- Born: Catherine Terese Hyland November 23, 1908 Chicago, Illinois, U.S.
- Died: December 15, 1981 (aged 73) Singer Island, Palm Beach Shores, Florida, U.S.
- Occupation: Philanthropist
- Known for: MacArthur Foundation
- Spouse: John D. MacArthur ​ ​(m. 1938; died 1978)​

= Catherine T. MacArthur =

American businesswoman

Catherine Terese MacArthur ( Hyland; November 23, 1908 - December 15, 1981) was an American philanthropist. With the estate of her husband, businessman and philanthropist John D. MacArthur, she co-founded the MacArthur Foundation, one of the 10 largest philanthropic foundations in the United States.

==Life==
Born Catherine Terese Hyland in 1908, MacArthur was one of nine children of Irish immigrants on Chicago's South Side.

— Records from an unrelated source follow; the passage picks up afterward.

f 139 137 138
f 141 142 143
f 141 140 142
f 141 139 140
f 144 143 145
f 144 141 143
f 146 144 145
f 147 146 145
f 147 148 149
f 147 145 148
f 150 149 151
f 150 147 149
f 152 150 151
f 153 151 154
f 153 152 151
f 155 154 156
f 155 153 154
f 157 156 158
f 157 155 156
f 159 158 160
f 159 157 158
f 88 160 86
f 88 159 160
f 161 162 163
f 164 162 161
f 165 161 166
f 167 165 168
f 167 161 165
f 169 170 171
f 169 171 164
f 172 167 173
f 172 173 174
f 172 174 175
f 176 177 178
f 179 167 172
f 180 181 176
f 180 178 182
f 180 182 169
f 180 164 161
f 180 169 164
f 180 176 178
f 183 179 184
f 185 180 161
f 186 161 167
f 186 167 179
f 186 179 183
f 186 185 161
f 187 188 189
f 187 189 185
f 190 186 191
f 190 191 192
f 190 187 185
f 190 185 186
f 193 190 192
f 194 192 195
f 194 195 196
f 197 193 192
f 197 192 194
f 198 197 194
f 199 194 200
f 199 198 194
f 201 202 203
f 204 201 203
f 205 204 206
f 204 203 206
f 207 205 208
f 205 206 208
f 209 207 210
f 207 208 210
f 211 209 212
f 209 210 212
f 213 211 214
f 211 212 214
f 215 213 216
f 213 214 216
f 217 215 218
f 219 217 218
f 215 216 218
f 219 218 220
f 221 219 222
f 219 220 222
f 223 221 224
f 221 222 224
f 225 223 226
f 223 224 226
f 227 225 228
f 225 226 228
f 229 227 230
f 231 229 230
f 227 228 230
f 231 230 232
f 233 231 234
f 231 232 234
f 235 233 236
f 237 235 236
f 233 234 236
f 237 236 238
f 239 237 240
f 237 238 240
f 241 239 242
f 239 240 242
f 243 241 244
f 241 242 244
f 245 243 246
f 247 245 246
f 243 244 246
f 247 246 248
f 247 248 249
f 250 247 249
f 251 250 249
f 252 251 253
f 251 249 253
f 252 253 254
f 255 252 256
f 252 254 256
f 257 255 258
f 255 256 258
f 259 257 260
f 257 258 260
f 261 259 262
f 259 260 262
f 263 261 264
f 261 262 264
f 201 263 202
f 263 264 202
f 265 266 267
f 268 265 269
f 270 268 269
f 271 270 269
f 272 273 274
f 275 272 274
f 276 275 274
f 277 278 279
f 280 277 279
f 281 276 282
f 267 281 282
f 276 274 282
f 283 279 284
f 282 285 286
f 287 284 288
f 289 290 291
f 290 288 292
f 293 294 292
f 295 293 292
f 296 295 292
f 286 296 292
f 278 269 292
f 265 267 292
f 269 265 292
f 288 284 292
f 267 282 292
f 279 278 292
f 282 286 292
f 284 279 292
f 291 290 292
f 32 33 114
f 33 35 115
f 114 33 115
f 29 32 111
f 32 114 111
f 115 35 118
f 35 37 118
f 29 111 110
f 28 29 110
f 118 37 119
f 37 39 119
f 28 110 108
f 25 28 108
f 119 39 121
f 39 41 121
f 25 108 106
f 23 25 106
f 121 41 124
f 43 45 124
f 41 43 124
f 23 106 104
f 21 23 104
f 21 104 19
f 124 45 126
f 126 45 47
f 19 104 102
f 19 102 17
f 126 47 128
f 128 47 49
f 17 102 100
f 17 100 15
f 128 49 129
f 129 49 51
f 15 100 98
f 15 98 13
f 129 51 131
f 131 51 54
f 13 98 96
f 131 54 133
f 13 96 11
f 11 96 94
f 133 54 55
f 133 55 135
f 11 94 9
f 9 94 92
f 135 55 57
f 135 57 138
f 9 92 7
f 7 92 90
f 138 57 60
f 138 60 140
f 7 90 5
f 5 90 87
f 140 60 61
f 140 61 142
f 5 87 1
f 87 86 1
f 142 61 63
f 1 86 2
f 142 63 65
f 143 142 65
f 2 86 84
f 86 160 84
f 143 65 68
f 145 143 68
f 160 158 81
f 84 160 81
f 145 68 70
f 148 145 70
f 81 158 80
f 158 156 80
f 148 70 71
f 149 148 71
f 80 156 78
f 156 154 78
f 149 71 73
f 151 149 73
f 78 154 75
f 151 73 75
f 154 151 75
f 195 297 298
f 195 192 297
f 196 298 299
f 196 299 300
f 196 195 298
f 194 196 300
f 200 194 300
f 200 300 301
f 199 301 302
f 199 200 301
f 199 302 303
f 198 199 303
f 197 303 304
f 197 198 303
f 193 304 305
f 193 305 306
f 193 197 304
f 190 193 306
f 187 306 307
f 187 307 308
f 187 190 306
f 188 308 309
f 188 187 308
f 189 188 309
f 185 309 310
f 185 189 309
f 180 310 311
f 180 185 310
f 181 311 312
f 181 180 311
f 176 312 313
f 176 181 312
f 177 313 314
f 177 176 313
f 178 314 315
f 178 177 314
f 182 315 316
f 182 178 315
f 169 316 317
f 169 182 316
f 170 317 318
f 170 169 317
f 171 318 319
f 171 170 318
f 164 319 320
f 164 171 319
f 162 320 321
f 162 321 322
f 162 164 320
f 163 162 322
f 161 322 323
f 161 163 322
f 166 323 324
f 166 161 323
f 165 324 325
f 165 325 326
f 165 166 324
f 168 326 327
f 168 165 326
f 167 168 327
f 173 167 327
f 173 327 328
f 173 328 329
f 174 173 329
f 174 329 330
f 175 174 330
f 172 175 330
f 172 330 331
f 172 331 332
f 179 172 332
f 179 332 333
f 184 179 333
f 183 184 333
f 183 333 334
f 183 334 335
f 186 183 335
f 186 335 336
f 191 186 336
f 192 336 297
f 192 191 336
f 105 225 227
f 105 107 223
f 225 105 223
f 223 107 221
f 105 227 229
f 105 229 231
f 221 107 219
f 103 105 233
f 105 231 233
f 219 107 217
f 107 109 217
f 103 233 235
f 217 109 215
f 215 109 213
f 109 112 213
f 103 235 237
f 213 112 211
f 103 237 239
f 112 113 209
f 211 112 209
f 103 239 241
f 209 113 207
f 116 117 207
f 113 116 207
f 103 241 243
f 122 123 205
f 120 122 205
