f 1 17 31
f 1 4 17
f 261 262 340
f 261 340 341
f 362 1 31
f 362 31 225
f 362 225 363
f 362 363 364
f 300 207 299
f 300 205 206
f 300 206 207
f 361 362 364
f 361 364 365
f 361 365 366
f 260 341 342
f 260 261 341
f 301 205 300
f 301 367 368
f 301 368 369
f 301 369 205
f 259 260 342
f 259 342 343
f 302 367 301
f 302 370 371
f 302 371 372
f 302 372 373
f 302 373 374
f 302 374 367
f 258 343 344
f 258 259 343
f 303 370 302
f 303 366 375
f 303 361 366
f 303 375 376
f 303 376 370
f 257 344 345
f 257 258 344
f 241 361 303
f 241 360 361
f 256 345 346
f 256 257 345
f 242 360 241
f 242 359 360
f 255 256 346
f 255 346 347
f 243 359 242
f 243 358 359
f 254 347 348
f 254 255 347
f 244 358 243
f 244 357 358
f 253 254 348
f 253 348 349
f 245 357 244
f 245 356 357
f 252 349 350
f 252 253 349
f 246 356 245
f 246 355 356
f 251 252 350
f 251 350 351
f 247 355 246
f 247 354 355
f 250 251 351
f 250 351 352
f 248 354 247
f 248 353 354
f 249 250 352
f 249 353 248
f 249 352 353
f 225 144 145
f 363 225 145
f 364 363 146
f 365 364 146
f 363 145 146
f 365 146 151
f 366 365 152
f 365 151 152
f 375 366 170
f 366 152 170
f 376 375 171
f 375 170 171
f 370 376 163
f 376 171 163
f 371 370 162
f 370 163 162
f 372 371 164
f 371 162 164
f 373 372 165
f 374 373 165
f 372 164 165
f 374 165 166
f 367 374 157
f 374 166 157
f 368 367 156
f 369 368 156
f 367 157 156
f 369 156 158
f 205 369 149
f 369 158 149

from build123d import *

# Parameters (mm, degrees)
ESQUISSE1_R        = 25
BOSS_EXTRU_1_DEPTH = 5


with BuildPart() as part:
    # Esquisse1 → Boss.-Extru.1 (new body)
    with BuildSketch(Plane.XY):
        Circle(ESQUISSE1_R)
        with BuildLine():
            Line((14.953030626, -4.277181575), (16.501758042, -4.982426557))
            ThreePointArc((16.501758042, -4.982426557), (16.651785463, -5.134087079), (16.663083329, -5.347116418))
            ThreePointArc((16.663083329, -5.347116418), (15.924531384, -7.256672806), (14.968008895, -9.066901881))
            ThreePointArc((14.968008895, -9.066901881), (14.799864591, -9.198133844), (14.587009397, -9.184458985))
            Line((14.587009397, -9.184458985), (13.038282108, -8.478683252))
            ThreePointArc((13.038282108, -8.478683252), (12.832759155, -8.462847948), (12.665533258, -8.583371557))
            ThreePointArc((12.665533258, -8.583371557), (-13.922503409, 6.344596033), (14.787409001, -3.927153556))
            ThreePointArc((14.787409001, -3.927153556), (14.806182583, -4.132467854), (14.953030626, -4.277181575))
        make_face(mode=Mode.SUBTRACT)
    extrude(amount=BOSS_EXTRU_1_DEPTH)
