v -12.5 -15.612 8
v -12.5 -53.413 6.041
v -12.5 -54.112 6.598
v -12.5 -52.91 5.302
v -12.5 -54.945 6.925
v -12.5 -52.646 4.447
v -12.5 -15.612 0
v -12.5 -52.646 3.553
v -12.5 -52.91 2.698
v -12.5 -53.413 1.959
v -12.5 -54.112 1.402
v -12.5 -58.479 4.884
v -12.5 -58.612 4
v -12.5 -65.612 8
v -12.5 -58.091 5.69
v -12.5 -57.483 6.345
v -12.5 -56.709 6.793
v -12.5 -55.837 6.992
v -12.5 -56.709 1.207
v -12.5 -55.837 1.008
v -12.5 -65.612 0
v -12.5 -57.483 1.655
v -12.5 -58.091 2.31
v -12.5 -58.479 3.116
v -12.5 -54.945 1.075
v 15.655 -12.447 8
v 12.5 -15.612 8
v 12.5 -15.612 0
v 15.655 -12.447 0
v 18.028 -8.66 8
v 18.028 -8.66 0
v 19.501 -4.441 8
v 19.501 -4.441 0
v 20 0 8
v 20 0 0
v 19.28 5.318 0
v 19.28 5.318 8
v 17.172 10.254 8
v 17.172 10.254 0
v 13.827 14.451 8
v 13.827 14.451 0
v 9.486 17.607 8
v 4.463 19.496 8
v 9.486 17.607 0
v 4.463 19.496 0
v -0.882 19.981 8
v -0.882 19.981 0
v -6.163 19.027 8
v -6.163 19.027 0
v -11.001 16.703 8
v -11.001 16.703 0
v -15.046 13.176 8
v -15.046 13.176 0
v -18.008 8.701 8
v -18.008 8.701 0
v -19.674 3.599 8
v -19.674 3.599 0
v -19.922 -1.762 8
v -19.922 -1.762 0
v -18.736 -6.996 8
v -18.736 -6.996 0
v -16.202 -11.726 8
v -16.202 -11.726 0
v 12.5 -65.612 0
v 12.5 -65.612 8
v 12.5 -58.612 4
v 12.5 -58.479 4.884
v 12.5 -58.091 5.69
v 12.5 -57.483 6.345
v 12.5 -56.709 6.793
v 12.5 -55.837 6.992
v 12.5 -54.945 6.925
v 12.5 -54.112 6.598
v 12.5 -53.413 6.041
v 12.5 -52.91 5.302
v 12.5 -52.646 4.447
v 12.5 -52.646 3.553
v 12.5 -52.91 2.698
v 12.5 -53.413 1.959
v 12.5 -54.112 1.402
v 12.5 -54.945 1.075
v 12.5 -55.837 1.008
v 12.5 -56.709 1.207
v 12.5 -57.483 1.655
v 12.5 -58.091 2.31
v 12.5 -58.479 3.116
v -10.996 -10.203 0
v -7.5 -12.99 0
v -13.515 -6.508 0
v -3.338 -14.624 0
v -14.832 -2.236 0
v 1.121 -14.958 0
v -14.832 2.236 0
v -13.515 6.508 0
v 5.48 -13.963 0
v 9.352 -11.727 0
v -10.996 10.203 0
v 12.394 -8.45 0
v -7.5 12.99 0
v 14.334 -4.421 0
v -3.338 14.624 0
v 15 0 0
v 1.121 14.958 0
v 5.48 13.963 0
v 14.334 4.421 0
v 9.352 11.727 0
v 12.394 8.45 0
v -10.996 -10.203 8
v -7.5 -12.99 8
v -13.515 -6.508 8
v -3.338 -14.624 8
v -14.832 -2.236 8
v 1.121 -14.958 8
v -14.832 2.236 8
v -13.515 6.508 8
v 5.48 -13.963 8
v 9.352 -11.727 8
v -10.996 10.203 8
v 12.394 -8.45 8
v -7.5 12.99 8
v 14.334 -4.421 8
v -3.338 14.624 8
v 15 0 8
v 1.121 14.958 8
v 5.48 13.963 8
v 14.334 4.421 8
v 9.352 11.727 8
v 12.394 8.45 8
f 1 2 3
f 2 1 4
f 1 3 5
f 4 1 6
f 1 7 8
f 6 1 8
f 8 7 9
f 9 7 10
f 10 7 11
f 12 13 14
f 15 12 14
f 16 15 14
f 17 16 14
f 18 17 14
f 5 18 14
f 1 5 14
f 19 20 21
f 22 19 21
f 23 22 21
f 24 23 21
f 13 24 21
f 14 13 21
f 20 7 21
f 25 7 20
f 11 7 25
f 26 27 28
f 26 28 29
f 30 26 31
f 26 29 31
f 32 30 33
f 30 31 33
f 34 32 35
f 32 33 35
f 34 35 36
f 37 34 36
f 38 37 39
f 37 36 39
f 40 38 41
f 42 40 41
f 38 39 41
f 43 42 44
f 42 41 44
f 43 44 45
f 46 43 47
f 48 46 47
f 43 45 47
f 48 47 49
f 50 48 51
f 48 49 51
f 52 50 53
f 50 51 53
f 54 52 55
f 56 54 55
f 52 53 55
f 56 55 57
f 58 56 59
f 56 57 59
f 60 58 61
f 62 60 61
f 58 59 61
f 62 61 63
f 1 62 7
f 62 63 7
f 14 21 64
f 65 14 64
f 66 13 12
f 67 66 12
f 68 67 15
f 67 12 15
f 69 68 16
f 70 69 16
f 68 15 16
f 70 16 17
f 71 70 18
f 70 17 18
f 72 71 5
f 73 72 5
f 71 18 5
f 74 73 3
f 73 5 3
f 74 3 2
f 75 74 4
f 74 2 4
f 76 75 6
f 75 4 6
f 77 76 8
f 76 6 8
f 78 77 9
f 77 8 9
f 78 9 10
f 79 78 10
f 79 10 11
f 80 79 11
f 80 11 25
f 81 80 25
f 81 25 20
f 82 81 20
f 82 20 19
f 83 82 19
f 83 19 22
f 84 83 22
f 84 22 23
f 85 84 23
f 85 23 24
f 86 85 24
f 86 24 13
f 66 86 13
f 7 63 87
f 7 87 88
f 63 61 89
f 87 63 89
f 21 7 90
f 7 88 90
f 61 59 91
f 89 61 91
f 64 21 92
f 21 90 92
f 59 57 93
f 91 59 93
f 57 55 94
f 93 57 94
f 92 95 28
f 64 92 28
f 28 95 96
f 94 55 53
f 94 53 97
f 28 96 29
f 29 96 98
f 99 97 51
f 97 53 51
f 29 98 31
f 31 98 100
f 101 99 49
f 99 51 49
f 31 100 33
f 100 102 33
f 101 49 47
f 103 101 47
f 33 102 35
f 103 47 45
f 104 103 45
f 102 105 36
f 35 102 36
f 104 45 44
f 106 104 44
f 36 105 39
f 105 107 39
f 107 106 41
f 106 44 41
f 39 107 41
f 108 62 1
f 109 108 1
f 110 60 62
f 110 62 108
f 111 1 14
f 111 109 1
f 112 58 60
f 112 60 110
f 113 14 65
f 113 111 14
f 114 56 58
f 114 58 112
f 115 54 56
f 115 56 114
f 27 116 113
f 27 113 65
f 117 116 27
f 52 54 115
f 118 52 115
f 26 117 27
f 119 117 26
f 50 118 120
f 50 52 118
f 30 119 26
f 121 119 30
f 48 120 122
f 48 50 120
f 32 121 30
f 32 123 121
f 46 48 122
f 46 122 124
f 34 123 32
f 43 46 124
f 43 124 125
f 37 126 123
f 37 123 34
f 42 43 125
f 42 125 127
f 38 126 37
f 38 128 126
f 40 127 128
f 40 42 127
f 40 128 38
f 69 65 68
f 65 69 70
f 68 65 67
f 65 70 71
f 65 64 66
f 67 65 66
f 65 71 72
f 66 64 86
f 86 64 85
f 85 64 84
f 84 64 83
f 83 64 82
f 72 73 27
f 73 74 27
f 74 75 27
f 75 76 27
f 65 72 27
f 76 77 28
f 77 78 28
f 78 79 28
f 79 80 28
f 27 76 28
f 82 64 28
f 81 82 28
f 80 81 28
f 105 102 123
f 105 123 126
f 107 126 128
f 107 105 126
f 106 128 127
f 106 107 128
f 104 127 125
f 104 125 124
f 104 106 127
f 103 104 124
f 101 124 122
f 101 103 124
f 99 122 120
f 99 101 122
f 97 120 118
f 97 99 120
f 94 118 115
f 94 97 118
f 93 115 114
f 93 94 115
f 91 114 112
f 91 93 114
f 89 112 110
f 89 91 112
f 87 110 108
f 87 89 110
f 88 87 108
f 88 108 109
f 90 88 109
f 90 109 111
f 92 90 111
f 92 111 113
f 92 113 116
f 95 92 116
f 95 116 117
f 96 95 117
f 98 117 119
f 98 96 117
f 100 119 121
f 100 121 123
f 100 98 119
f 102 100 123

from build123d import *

# Parameters (mm, degrees)
F0_R     = 15
F1_DEPTH = 8
F3_D     = 6


with BuildPart() as f1:
    # F0 (on Top) → F1 (new body)
    with BuildSketch(Plane.XY):
        with BuildLine():
            ThreePointArc((12.5, -15.612494996), (18.0277563773, -8.6602540378), (20, 0))
            ThreePointArc((20, 0), (-8.6602540378, 18.0277563773), (-12.5, -15.612494996))
            Line((-12.5, -15.612494996), (12.5, -15.612494996))
        make_face()
        Circle(F0_R, mode=Mode.SUBTRACT)
        with BuildLine():
            Line((12.5, -15.612494996), (-12.5, -15.612494996))
            ThreePointArc((-12.5, -15.612494996), (0, -20), (12.5, -15.612494996))
        make_face()
        with BuildLine():
            ThreePointArc((12.5, -15.612494996), (0, -20), (-12.5, -15.612494996))
            Line((-12.5, -15.612494996), (-12.5, -65.612494996))
            Line((-12.5, -65.612494996), (12.5, -65.612494996))
            Line((12.5, -65.612494996), (12.5, -15.612494996))
        make_face()
    extrude(amount=F1_DEPTH)

    # F3 (through all)
    with Locations(Plane.YZ.offset(12.5)):
        with Locations((-55.612494996, 4)):
            Hole(F3_D / 2)


solid = f1.part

Her father owned and operated several retail stores, was active in Democratic politics in Chicago, and held several state and local governmental positions.

In 1938, she married John D. MacArthur. In 1935, MacArthur purchased Bankers Life and Casualty for $2,500 and used mass marketing techniques to sell insurance by mail.

Banker's Life was the basis of John's phenomenal success in real estate and insurance. Official Banker's Life press releases verify that Catherine was intimately involved in the business's success. She appears throughout the records under her maiden name, C.T. Hyland, as corporate secretary, director, or both.

In 1963, John purchased the Colonnades Hotel in Palm Beach Shores on Singer Island, Florida. Catherine lived with her husband in a modest apartment overlooking the parking lot, while John conducted his business from a corner table in the hotel's coffee shop.

When John D. MacArthur died on January 6, 1978, he was worth over $1 billion and reportedly one of the three wealthiest men in the United States.

== Death ==
Catherine MacArthur died on December 15, 1981, in her long-time residence at the Colonnades Beach Hotel in Palm Beach Shores, Florida after a long struggle with cancer.